In comparison with the foot pedal activated service brake, the parking brake itself is a less critical item, and unless it is being used as a one-time backup for the footbrake, will not cause immediate danger if it is found to be nonfunctional at the moment of application. Therefore, no redundancy is built into it per se, and it can suffice, if this happens on a hill, to use the footbrake to momentarily hold the vehicle still, before driving off to find a flat piece of road on which to stop. Alternatively, on shallow gradients, the transmission can be shifted into Park, Reverse or First gear, and the transmission lock / engine compression used to hold it stationary, as there is no need for them to include the sophistication to first bring the vehicle to a halt.

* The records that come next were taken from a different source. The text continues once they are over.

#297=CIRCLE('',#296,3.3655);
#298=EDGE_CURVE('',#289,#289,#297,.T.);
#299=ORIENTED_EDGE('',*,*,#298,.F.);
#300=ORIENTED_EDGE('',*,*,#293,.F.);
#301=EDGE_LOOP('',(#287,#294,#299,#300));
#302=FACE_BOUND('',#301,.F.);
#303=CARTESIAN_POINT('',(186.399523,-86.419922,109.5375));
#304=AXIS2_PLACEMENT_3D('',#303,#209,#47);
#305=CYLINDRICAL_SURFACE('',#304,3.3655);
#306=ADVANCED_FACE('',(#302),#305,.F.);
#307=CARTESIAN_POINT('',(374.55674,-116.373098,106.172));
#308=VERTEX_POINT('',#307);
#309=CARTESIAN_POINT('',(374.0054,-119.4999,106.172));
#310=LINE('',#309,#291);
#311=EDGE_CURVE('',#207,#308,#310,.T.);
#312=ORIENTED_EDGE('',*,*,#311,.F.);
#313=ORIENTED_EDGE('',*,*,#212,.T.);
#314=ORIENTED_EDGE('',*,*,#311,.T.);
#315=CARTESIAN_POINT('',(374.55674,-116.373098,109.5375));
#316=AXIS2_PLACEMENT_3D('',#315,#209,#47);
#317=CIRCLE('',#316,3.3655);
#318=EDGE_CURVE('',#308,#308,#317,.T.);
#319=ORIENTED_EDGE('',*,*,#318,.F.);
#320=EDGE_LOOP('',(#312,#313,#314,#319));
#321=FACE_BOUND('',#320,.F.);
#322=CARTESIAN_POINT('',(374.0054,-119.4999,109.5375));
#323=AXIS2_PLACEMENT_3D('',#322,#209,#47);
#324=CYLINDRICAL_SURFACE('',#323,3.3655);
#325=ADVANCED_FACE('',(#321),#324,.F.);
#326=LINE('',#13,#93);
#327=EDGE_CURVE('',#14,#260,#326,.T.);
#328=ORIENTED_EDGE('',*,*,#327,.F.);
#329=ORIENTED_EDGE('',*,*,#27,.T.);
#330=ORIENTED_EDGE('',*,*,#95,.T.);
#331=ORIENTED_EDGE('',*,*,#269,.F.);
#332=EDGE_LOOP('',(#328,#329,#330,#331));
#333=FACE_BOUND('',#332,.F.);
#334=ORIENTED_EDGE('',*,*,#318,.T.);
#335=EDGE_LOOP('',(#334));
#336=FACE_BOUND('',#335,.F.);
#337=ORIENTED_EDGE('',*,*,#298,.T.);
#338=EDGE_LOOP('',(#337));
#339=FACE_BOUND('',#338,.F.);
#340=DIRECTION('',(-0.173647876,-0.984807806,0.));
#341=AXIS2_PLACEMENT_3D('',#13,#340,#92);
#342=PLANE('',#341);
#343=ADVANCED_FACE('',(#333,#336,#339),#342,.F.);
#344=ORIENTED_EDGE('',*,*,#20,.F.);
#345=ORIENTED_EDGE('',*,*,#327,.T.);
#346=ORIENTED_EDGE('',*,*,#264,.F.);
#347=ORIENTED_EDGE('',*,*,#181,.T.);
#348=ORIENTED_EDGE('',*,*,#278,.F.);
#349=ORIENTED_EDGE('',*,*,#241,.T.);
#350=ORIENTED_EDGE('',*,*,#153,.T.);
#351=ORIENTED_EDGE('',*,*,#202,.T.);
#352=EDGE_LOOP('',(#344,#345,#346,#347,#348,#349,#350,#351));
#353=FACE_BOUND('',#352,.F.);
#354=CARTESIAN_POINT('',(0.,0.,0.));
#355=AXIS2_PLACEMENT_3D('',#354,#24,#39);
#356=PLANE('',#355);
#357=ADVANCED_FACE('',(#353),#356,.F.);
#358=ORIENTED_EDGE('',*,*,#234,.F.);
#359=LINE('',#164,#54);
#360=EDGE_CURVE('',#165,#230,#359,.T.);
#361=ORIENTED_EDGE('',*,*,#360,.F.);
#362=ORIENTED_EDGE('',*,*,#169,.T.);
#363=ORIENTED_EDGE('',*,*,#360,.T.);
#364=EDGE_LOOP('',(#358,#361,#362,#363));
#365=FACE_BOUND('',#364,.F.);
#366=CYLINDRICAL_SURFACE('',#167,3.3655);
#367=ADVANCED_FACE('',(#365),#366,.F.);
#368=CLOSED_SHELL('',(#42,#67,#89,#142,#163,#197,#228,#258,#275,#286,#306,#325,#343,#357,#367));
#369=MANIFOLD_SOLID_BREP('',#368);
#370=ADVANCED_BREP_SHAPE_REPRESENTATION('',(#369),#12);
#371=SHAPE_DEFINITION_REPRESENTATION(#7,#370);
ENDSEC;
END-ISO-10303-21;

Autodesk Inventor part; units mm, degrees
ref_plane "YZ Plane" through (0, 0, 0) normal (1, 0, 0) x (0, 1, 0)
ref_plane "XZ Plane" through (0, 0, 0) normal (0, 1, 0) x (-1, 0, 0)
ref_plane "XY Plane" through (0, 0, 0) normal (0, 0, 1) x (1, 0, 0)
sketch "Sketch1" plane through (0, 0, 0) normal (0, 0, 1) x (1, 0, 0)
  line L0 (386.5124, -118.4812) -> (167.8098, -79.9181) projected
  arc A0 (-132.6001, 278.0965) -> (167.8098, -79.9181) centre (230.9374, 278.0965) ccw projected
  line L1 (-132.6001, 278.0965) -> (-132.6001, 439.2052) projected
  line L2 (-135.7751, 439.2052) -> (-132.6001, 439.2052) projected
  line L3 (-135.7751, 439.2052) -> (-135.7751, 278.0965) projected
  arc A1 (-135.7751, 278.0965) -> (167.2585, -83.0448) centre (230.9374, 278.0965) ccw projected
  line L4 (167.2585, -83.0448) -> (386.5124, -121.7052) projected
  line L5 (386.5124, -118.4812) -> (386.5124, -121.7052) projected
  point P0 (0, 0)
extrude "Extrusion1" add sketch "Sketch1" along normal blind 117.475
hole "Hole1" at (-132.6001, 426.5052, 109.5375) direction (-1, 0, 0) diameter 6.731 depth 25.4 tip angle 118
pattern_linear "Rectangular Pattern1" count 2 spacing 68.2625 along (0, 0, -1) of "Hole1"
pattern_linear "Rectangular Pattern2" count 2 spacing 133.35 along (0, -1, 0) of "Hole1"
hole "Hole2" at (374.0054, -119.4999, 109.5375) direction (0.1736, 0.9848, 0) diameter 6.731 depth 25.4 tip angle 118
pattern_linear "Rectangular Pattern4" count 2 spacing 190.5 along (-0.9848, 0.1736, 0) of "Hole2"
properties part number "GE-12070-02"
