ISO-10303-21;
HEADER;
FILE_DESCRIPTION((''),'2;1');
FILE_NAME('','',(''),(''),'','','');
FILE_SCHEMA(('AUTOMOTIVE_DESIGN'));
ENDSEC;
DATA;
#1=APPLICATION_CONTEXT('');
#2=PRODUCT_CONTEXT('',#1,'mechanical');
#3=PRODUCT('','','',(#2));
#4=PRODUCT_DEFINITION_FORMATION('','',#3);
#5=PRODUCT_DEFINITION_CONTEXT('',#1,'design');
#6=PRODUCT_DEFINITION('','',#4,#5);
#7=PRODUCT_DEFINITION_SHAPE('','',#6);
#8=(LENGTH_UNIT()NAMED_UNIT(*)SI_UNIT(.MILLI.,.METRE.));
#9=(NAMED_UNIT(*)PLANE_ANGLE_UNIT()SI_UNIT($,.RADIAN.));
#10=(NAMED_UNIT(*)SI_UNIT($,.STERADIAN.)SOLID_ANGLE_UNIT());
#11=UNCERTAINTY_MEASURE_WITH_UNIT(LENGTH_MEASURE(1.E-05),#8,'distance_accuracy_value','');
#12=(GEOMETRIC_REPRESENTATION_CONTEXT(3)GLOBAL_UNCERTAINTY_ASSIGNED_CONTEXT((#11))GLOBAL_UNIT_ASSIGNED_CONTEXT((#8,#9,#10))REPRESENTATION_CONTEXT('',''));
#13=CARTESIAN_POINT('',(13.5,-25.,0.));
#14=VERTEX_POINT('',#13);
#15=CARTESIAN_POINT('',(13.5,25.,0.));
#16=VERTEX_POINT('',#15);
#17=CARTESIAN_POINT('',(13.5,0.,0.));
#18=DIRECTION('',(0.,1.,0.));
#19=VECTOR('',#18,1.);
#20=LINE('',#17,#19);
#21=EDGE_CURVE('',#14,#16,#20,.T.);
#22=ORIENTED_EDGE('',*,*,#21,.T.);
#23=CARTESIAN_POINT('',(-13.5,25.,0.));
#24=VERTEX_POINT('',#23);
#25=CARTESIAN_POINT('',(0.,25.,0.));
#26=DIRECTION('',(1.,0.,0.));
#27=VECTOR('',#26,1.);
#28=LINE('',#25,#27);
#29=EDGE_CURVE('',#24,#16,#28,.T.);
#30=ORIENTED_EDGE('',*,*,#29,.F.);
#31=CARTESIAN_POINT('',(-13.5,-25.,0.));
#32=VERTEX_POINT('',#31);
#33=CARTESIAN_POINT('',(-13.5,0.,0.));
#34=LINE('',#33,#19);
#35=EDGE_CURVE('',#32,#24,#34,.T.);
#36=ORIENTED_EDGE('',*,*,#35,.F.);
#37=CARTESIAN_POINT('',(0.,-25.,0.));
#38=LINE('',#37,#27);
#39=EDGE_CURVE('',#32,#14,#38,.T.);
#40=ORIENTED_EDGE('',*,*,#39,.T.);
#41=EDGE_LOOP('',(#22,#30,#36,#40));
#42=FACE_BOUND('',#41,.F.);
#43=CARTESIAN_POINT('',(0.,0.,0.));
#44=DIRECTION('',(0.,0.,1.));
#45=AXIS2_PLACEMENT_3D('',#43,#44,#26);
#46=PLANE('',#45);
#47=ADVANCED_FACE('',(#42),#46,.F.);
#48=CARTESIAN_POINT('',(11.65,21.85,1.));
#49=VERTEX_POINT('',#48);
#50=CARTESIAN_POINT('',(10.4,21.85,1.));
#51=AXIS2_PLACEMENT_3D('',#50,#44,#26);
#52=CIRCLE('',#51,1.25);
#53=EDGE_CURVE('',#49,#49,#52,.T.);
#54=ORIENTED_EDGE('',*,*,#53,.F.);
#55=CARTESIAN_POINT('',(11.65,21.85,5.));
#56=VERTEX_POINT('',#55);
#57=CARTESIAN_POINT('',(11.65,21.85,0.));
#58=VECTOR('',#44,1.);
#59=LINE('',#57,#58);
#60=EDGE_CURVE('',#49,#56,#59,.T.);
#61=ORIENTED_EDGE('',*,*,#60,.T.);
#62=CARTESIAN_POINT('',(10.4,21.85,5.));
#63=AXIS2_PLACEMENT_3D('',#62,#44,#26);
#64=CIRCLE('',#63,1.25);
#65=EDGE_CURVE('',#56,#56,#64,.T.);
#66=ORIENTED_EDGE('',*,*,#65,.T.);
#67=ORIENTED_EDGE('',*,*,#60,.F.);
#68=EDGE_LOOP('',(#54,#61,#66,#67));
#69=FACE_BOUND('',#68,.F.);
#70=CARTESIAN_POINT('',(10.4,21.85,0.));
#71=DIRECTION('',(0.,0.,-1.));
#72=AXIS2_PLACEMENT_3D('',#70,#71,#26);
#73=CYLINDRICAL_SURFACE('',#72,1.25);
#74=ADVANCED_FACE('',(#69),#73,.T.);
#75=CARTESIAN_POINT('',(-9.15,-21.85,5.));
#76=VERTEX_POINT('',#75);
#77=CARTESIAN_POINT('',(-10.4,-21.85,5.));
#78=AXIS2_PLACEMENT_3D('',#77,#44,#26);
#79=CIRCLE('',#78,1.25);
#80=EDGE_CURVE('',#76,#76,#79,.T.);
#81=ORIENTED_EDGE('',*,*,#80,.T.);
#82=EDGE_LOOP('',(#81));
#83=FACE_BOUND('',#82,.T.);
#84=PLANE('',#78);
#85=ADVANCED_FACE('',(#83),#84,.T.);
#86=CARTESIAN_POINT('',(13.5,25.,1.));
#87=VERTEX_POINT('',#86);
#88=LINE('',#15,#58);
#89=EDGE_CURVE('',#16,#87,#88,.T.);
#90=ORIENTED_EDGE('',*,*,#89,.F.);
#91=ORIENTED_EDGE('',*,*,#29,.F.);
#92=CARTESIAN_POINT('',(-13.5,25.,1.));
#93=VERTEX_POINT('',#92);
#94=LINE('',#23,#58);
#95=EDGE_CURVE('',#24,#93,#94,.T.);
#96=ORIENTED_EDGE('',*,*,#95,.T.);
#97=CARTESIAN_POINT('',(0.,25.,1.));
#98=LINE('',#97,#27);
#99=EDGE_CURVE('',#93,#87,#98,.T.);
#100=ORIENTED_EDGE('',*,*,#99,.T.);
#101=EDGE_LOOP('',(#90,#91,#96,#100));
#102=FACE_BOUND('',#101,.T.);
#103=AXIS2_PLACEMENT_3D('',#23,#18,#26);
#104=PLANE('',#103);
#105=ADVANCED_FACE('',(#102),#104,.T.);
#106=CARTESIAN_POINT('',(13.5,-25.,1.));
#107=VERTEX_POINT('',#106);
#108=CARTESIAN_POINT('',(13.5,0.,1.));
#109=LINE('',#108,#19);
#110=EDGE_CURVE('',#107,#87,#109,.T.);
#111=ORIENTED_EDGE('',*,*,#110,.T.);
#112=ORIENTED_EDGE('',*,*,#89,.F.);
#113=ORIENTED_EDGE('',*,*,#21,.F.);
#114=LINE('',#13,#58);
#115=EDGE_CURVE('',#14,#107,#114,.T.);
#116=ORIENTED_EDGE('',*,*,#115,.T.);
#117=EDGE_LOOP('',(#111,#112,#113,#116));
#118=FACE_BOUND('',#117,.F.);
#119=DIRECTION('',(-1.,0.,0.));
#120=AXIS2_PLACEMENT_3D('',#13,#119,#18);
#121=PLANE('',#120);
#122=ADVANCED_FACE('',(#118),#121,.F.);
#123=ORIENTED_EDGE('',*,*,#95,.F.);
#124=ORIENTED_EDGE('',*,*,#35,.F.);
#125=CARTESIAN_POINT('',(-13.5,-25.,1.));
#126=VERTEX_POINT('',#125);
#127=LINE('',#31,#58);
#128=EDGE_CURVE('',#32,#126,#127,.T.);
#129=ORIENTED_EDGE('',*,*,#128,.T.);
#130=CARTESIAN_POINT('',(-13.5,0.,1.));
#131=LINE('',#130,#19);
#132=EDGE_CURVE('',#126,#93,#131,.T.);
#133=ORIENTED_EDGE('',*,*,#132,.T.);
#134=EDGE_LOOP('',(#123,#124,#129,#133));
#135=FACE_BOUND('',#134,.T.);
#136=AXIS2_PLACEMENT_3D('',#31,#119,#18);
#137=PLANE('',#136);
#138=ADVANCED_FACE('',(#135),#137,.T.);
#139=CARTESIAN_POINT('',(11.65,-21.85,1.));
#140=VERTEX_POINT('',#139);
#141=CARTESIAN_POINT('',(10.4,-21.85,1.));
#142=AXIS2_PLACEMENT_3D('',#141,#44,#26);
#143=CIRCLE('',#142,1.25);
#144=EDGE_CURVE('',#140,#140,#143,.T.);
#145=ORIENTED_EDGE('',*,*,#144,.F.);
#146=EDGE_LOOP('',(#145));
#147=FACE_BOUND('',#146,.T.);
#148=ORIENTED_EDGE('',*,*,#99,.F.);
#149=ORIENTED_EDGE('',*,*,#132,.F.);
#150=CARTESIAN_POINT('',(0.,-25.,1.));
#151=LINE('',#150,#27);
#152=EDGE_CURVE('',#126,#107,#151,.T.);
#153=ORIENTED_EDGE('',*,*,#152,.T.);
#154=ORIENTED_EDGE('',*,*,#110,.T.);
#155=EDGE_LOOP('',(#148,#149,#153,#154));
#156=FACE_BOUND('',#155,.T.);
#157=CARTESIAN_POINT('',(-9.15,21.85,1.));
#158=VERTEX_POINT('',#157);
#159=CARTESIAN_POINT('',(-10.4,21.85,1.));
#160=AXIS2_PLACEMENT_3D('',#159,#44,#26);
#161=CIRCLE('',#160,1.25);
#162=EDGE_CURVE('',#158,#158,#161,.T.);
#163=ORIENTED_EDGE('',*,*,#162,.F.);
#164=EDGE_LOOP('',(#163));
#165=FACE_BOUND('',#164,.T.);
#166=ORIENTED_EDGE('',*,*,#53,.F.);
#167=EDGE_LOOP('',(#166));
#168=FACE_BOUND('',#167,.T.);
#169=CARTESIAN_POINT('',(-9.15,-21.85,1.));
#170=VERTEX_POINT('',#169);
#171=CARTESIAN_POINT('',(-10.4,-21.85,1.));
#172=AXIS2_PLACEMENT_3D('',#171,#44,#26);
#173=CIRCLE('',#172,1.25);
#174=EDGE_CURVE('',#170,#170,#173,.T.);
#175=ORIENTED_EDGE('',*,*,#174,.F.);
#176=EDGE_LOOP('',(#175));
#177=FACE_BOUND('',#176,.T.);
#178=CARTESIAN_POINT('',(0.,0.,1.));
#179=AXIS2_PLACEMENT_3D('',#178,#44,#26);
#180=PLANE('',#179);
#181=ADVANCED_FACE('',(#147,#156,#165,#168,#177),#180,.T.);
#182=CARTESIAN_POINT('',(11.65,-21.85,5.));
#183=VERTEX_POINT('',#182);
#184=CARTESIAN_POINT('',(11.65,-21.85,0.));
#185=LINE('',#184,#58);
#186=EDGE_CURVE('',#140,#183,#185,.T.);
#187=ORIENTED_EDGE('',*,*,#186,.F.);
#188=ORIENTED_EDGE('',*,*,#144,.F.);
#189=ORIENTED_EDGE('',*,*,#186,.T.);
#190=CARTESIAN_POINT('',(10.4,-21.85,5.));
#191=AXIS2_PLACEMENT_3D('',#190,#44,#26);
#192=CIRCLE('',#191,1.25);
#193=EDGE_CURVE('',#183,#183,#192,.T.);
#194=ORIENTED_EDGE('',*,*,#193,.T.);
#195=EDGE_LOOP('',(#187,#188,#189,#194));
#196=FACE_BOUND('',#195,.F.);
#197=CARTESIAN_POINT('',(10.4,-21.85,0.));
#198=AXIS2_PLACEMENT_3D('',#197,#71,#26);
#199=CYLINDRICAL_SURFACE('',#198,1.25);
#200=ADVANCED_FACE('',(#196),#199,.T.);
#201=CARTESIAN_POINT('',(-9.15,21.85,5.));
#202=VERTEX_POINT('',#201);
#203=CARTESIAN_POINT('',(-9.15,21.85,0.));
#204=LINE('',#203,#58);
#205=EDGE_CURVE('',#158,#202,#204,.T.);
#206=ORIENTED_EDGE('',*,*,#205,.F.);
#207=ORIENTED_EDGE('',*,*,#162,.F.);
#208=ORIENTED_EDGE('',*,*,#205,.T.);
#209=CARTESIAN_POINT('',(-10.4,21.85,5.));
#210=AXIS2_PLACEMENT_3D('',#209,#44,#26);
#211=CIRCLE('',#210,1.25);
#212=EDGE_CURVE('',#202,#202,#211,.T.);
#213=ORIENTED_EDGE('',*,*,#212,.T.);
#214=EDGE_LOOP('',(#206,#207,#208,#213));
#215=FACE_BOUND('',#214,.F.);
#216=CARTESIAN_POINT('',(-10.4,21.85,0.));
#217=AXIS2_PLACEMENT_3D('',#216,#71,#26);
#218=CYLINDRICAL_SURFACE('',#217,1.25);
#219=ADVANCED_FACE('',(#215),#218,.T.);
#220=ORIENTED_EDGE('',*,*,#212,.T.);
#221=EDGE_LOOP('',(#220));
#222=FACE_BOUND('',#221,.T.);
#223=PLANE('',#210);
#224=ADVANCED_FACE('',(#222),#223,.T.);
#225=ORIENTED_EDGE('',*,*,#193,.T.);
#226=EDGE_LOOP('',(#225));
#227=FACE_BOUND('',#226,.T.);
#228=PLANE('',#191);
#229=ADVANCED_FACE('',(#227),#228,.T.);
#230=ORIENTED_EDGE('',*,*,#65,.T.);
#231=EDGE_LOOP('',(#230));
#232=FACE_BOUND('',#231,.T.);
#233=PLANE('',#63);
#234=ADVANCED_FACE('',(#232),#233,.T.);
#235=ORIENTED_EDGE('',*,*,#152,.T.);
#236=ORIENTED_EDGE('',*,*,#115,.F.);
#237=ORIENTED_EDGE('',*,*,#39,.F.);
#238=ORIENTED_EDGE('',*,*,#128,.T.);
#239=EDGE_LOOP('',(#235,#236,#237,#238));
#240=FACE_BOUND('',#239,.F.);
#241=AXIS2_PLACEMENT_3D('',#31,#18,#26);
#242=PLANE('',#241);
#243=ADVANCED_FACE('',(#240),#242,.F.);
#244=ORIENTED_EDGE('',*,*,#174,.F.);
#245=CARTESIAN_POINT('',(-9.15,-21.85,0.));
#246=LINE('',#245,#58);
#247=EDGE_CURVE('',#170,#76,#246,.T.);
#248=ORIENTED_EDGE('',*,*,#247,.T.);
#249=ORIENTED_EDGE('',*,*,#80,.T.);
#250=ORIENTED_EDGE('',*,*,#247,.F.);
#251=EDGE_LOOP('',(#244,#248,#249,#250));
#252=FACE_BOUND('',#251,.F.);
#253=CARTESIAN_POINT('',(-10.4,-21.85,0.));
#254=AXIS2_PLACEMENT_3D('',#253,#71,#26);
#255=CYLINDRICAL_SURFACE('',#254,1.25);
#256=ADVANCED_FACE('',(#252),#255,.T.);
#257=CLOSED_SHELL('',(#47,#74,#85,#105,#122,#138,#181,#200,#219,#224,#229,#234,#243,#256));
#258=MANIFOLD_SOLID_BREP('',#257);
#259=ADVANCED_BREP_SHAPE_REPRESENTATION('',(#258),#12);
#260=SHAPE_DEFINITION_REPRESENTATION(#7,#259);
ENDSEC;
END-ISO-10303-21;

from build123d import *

# Parameters (mm, degrees)
F0_R     = 1.25
F1_DEPTH = 5
F0_W     = 27
F0_H     = 50
F2_DEPTH = 1


with BuildPart() as f1:
    # F0 (on Top) → F1 (new body)
    with BuildSketch(Plane.XY):
        with Locations((-10.4, 21.85)):
            Circle(F0_R)
    extrude(amount=F1_DEPTH)



with BuildPart() as f1b:
    # F0 (on Top) → F1, piece 2 (new body)
    with BuildSketch(Plane.XY):
        with Locations((-10.4, -21.85)):
            Circle(F0_R)
    extrude(amount=F1_DEPTH)


with BuildPart() as f1c:
    # F0 (on Top) → F1, piece 3 (new body)
    with BuildSketch(Plane.XY):
        with Locations((10.4, -21.85)):
            Circle(F0_R)
    extrude(amount=F1_DEPTH)


with BuildPart() as f1d:
    # F0 (on Top) → F1, piece 4 (new body)
    with BuildSketch(Plane.XY):
        with Locations((10.4, 21.85)):
            Circle(F0_R)
    extrude(amount=F1_DEPTH)


with BuildPart() as f1_1:
    add(f1.part)

    add(f1b.part)  # F2 merges F1b

    add(f1c.part)  # F2 merges F1c

    add(f1d.part)  # F2 merges F1d
    # F0 (on Top) → F2 (join)
    with BuildSketch(Plane.XY):
        Rectangle(F0_W, F0_H)
        with Locations((-10.4, -21.85)):
            Circle(F0_R, mode=Mode.SUBTRACT)
        with Locations((10.4, -21.85)):
            Circle(F0_R, mode=Mode.SUBTRACT)
        with Locations((-10.4, 21.85)):
            Circle(F0_R, mode=Mode.SUBTRACT)
        with Locations((10.4, 21.85)):
            Circle(F0_R, mode=Mode.SUBTRACT)
    extrude(amount=F2_DEPTH)


solid = f1_1.part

On motorcycles, a similar level of fail-safety is provided by simpler methods; first, the front and rear brake systems are entirely separate, regardless of their method of activation, allowing one system to fail entirely while leaving the other unaffected. Second, the rear brake is relatively strong compared to its automotive cousin, being a powerful disc on some sports models, even though the usual intent is for the front system to provide the vast majority of braking force; as the overall vehicle weight is more central, the rear tire is generally larger and has better traction, so that the rider can lean back to put more weight on it, therefore allowing more brake force to be applied before the wheel locks. On cheaper, slower utility-class machines, even if the front wheel should use a hydraulic disc for extra brake force and easier packaging, the rear will usually be a primitive, somewhat inefficient, but exceptionally robust rod-actuated drum, thanks to the ease of connecting the foot pedal to the wheel in this way and, more importantly, the near impossibility of catastrophic failure even if the rest of the machine, like many low-priced bikes after their first few years of use, is on the point of collapse from neglected maintenance.